Metadata-Version: 2.1
Name: diameter-clustering
Version: 0.0.1
Summary: Clustering with maximum distance between points inside clusters
Home-page: https://github.com/antklen/diameter-clustering
Author: Anton Klenitskiy
Author-email: ant-klen@yandex.ru
License: UNKNOWN
Platform: UNKNOWN
Classifier: Programming Language :: Python :: 3
Classifier: License :: OSI Approved :: MIT License
Classifier: Operating System :: OS Independent
Classifier: Development Status :: 3 - Alpha
Description-Content-Type: text/markdown
Requires-Dist: numpy
Requires-Dist: numpy-groupies
Requires-Dist: scikit-learn
Requires-Dist: scipy
Requires-Dist: tqdm

# Clustering with maximum diameter

Clustering algorithms with maximum distance between points inside clusters.
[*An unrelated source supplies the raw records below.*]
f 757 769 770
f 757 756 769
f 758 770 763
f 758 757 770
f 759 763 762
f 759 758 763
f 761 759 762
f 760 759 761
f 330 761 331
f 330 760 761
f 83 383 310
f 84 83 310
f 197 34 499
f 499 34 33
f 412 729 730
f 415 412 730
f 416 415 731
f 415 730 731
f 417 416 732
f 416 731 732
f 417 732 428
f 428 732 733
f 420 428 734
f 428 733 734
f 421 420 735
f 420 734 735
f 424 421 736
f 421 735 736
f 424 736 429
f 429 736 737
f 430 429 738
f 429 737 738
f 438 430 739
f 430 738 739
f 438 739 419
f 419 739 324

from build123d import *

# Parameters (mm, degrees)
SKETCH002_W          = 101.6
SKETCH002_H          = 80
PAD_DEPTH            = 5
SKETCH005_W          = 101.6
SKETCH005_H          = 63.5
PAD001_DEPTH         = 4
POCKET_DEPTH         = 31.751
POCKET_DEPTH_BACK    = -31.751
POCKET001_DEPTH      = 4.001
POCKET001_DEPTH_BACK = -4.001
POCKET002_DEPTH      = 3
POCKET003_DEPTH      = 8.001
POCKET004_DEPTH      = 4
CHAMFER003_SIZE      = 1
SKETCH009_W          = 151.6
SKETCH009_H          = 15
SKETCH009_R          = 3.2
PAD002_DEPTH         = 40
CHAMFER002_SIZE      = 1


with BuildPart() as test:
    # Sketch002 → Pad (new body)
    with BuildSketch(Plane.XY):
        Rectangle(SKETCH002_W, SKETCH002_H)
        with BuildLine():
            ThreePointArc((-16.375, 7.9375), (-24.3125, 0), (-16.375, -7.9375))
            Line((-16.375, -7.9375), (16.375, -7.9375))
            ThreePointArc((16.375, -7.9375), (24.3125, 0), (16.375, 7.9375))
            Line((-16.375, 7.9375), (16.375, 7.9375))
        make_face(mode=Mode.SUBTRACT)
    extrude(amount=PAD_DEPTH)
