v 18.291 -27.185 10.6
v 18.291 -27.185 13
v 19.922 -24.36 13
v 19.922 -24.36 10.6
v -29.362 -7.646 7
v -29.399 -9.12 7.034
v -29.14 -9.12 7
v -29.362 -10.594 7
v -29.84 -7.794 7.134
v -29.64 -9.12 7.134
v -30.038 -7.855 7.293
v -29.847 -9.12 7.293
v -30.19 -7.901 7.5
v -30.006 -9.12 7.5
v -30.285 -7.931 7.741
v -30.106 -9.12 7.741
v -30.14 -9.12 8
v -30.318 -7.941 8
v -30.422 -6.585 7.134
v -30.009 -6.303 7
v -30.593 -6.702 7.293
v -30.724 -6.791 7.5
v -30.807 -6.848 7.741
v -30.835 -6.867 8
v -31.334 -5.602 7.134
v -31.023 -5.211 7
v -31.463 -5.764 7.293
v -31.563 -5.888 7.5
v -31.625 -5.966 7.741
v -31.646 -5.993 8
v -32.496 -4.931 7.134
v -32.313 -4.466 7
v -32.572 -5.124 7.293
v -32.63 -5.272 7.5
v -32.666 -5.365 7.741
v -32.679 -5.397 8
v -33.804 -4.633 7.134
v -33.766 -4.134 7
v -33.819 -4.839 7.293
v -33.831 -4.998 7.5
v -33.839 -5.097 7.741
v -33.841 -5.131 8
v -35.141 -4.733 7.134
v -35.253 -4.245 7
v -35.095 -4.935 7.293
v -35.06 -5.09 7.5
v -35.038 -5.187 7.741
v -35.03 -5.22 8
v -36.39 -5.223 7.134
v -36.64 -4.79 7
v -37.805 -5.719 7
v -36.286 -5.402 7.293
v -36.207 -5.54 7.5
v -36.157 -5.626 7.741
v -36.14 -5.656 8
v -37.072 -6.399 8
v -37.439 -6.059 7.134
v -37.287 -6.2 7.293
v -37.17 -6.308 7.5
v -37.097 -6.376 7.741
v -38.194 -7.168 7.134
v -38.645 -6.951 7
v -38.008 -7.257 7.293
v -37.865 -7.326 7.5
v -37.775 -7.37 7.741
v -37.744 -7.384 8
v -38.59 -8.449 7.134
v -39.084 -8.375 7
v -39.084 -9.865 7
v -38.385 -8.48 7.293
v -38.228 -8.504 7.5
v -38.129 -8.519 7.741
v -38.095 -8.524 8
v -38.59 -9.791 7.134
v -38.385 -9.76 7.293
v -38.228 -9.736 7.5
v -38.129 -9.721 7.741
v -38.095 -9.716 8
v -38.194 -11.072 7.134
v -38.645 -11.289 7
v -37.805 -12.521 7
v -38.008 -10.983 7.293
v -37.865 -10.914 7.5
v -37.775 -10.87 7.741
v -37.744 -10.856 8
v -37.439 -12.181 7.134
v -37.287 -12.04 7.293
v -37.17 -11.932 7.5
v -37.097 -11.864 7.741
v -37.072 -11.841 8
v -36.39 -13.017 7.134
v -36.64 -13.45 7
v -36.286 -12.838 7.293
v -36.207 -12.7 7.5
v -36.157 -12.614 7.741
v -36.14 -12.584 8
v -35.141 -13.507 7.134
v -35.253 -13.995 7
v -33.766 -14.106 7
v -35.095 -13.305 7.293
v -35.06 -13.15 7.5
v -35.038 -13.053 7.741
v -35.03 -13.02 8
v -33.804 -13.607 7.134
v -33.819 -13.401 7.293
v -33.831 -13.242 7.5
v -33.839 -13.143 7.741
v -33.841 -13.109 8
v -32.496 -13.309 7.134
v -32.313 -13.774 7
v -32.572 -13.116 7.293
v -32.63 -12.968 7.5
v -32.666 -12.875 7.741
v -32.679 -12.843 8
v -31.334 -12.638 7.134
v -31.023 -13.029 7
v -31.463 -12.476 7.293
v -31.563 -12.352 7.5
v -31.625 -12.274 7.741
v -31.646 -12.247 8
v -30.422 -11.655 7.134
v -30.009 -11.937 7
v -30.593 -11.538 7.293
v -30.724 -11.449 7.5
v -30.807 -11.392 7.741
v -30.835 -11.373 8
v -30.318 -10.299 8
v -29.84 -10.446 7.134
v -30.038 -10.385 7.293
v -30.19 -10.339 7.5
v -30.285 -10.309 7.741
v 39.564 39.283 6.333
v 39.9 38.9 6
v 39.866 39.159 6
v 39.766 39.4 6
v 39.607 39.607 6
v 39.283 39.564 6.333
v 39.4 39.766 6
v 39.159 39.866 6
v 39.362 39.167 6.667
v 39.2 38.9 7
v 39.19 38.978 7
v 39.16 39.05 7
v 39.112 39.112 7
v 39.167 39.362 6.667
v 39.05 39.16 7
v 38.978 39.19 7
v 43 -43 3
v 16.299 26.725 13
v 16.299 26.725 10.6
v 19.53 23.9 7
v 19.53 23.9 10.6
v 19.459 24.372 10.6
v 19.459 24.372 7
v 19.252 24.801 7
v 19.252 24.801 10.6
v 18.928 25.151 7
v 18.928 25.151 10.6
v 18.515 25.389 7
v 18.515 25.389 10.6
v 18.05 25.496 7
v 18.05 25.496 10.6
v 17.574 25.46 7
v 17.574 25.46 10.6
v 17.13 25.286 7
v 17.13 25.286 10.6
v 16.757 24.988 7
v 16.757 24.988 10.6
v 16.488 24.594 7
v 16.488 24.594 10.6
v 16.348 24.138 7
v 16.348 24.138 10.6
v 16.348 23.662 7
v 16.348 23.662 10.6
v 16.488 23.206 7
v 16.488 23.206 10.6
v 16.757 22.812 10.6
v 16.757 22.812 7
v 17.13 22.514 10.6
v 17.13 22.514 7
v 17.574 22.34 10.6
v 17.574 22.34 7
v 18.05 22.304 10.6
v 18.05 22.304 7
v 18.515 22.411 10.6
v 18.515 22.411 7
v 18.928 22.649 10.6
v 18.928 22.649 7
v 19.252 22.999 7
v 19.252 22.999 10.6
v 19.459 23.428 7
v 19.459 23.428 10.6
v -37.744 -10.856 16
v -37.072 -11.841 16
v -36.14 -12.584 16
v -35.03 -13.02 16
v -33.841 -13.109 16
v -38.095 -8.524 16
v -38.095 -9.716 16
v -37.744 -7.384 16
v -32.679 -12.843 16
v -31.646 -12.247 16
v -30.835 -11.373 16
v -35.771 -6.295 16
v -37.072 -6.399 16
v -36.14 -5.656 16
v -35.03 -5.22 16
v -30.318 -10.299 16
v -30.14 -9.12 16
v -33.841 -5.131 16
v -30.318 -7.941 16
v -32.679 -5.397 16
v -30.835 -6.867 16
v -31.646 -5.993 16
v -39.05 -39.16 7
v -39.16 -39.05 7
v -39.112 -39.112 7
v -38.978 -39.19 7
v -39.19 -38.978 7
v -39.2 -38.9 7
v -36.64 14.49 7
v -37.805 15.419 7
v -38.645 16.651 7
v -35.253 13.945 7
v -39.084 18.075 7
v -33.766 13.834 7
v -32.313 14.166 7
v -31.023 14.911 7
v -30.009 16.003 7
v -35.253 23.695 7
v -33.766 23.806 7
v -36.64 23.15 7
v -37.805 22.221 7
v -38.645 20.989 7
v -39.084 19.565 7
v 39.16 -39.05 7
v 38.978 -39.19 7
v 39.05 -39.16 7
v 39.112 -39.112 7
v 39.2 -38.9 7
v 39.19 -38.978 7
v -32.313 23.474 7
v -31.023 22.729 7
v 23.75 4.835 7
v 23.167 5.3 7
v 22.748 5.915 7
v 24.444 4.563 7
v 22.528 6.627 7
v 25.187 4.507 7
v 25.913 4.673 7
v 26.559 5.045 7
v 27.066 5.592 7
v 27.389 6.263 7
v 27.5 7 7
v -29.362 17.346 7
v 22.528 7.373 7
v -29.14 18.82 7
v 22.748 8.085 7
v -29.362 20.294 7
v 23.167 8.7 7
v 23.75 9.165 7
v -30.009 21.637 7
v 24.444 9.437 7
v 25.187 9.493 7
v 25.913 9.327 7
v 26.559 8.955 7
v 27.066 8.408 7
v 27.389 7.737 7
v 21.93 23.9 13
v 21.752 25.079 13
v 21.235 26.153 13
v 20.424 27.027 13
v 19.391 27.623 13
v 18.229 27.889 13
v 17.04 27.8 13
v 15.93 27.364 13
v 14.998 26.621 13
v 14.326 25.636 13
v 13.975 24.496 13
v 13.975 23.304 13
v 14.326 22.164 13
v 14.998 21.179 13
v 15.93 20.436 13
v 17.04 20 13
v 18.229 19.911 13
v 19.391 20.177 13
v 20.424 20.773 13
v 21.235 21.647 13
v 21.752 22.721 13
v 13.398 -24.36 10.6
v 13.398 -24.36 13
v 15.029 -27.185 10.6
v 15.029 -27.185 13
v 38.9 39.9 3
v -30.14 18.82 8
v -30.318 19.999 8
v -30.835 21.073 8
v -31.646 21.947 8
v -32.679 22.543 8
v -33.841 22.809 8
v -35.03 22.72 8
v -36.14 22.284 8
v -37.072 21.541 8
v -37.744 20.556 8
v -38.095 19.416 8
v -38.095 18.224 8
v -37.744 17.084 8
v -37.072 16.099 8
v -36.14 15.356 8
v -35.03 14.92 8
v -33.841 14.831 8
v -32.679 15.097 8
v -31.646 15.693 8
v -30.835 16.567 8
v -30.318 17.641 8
When we have interpetable metric like cosine distance it could be nice to have clusters with maximum distance between points. Then we can find good threshold for maximum distance and be confident that points inside clusters are really similar. Unfortunately popular clustering algorithms don't have such behavior.

Main algorithm is MaxDiameterClustering. It is a simple greedy algorithm, in which we add points one by one. If there is a cluster with all points close enough to new points, then we add new point to this cluster. If there is no such cluster, this point starts new cluster.

Also two similar algorithms are added - Leader Clustering and Quality Threshold Clustering.

## Usage

### MaxDiameterClustering

Basic usage of MaxDiameterClustering:
```python
from sklearn.datasets import make_blobs
from diameter_clustering import MaxDiameterClustering

X, y = make_blobs(n_samples=100, n_features=50)

model = MaxDiameterClustering(max_distance=0.3, metric='cosine')
labels = model.fit_predict(X)
```

When we want to compute cosine distance and our vectors are normalized, it is better to use
`inner_product` as metric because it is much faster:
```python
X_normalized = X/(np.linalg.norm(X, axis=-1, keepdims=True) + 1e-16)

model = MaxDiameterClustering(max_distance=0.3, metric='inner_product')
labels = model.fit_predict(X_normalized)
```

Instead of using feature matrix `X` we can pass precomputed distance matrix:
```python
from diameter_clustering.dist_matrix import compute_dist_matrix

dist_matrix = compute_dist_matrix(X, metric='cosine')

model = MaxDiameterClustering(max_distance=0.3, precomputed_dist=True)
labels = model.fit_predict(dist_matrix)
```

Calculation of full distance matrix between all points is expensive, so for big datasets
it is better to use distance matrix in sparse format:
```python
model = MaxDiameterClustering(max_distance=0.3, metric='cosine', sparse_dist=True)
labels = model.fit_predict(X)

model = MaxDiameterClustering(max_distance=0.3, sparse_dist=True, precomputed_dist=True)
dist_matrix = compute_sparse_dist_matrix(X, max_distance=0.3, metric='cosine')
labels = model.fit_predict(dist_matrix)
```

With `deterministic=True` we can get reproducible results:
```python
model = MaxDiameterClustering(max_distance=0.3, metric='cosine', deterministic=True)
labels = model.fit_predict(X)
```



### Leader Clustering

```python
from diameter_clustering import LeaderClustering

model = LeaderClustering(max_radius=0.15, metric='cosine')
labels = model.fit_predict(X)
```

Precomputed distance, sparse distance, deterministic behavior  and inner_product
could be used as in MaxDiameterClustering.


### Quality Threshold Clustering

```python
from diameter_clustering import QTClustering

model = QTClustering(max_radius=0.15, metric='cosine', min_cluster_size=5)
labels = model.fit_predict(X)
```

Precomputed distance, sparse distance  and inner_product
could be used as in MaxDiameterClustering. This algorithm is deterministic by design.